▸ RECORDS SHOWN:
Start of Block
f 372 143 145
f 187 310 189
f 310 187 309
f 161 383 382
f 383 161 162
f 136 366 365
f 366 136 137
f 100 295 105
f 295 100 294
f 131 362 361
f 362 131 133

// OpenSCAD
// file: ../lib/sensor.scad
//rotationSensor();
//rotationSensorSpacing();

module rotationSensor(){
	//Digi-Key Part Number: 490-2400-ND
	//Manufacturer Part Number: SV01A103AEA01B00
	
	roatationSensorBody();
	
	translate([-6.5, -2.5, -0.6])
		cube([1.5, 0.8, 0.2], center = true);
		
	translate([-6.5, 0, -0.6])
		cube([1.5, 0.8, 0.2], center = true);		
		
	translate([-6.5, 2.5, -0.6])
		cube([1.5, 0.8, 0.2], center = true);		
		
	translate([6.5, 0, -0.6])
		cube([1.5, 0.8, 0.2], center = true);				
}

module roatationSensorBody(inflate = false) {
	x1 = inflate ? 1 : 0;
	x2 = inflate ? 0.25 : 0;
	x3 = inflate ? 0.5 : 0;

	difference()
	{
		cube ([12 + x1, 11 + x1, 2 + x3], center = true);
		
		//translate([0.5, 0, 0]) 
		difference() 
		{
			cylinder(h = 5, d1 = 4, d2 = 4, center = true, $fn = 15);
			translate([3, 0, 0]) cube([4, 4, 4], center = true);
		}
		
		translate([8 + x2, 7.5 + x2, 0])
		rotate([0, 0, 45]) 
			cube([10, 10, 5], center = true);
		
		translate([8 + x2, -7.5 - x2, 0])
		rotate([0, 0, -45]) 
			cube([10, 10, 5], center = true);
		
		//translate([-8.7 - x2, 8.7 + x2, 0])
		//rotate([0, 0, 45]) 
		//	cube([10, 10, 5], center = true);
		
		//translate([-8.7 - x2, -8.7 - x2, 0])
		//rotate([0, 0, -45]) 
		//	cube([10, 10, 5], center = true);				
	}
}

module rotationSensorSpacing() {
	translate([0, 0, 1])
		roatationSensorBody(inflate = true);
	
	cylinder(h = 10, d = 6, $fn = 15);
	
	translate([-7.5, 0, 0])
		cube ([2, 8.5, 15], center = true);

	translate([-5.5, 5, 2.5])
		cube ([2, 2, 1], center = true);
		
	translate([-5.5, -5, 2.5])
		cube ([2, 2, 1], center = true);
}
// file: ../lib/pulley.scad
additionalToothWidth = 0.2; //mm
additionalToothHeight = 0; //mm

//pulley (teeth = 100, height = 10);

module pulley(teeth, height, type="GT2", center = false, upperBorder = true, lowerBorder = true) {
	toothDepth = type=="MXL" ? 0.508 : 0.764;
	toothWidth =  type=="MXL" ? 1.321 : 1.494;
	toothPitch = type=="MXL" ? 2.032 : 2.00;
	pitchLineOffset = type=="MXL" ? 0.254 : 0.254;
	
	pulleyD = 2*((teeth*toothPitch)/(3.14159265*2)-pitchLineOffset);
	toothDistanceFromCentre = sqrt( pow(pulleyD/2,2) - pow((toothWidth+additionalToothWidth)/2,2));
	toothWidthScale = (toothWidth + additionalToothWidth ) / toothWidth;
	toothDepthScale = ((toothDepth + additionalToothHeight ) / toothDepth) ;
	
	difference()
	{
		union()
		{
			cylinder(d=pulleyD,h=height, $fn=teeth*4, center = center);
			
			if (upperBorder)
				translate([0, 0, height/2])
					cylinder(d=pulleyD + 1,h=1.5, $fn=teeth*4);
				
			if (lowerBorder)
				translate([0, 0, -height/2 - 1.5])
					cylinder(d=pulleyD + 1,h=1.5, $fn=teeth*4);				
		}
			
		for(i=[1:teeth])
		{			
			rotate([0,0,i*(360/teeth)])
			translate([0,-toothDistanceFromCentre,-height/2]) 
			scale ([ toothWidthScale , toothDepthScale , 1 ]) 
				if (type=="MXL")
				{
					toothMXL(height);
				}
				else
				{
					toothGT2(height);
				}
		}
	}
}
End of Block
Start of Block
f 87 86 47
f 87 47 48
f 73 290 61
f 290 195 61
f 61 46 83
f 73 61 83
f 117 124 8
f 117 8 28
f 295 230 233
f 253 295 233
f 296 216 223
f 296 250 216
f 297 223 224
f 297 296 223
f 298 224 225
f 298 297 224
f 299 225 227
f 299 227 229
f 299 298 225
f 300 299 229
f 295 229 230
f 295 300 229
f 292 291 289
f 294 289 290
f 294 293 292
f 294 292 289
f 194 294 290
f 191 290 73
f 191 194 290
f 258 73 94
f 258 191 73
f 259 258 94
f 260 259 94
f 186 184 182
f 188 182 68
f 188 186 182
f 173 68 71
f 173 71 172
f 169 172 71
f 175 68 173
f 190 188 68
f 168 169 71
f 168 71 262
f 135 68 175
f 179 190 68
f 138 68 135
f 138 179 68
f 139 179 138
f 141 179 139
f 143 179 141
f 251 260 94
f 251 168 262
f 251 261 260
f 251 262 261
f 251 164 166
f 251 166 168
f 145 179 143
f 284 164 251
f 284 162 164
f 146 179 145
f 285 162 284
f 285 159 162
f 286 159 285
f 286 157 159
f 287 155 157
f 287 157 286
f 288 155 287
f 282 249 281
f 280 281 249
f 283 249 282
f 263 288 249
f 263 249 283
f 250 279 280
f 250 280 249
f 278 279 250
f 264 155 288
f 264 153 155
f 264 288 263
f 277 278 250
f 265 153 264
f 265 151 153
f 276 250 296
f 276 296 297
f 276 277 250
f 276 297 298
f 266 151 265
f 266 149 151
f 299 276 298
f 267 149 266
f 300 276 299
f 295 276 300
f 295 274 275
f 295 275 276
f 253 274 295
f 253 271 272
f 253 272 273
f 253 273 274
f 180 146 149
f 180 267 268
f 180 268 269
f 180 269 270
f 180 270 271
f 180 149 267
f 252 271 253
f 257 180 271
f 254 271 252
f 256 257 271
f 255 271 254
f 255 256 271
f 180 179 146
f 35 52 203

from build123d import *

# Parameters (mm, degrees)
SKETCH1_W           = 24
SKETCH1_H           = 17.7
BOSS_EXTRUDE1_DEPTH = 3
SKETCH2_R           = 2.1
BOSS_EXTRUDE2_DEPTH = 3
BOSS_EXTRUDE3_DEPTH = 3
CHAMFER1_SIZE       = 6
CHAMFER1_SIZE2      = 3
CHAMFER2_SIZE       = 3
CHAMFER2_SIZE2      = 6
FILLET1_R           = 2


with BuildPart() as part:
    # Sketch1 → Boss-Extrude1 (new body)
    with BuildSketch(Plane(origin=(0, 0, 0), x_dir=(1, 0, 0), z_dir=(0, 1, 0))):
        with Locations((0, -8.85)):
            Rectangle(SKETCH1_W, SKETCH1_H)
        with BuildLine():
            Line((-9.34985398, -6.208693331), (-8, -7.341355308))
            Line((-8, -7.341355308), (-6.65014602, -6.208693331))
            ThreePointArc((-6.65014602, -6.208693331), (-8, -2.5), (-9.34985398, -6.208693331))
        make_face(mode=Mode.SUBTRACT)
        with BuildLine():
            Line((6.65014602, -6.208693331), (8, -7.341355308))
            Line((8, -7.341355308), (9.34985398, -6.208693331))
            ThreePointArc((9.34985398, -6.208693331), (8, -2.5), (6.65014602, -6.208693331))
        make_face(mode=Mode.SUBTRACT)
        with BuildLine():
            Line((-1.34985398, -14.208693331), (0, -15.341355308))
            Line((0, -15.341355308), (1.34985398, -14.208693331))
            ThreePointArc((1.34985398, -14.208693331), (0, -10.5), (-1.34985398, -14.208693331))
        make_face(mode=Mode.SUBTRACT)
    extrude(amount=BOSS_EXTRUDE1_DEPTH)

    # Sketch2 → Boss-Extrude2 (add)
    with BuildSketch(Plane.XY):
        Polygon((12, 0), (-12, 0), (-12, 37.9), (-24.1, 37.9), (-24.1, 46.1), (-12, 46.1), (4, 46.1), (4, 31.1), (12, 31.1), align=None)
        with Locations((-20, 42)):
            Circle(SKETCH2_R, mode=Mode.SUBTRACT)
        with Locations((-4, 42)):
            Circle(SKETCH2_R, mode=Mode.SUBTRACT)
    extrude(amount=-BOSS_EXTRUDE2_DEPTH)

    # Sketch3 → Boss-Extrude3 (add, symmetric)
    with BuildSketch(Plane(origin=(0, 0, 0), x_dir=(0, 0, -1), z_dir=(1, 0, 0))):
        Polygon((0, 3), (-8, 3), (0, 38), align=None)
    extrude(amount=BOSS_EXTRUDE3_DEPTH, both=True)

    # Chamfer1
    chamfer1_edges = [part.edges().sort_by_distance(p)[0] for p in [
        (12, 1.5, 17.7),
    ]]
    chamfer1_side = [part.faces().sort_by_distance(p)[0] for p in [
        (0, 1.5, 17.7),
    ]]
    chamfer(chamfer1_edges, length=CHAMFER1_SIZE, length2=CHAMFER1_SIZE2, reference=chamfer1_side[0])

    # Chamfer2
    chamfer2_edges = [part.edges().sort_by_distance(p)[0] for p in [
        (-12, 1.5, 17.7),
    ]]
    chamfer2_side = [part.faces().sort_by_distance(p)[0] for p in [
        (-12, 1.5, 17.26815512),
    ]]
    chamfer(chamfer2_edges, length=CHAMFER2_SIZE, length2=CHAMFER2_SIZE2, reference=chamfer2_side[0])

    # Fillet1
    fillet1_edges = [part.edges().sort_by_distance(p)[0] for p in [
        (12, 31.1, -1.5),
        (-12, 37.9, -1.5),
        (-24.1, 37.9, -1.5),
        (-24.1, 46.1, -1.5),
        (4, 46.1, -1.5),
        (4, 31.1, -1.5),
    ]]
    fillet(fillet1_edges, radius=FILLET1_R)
End of Block
▸ EXERCISE GOAL:
A copy of each line in the data above that holds the string "Locations" is needed.

▸ REPLY TO THE TASK:
        with Locations((0, -8.85)):
        with Locations((-20, 42)):
        with Locations((-4, 42)):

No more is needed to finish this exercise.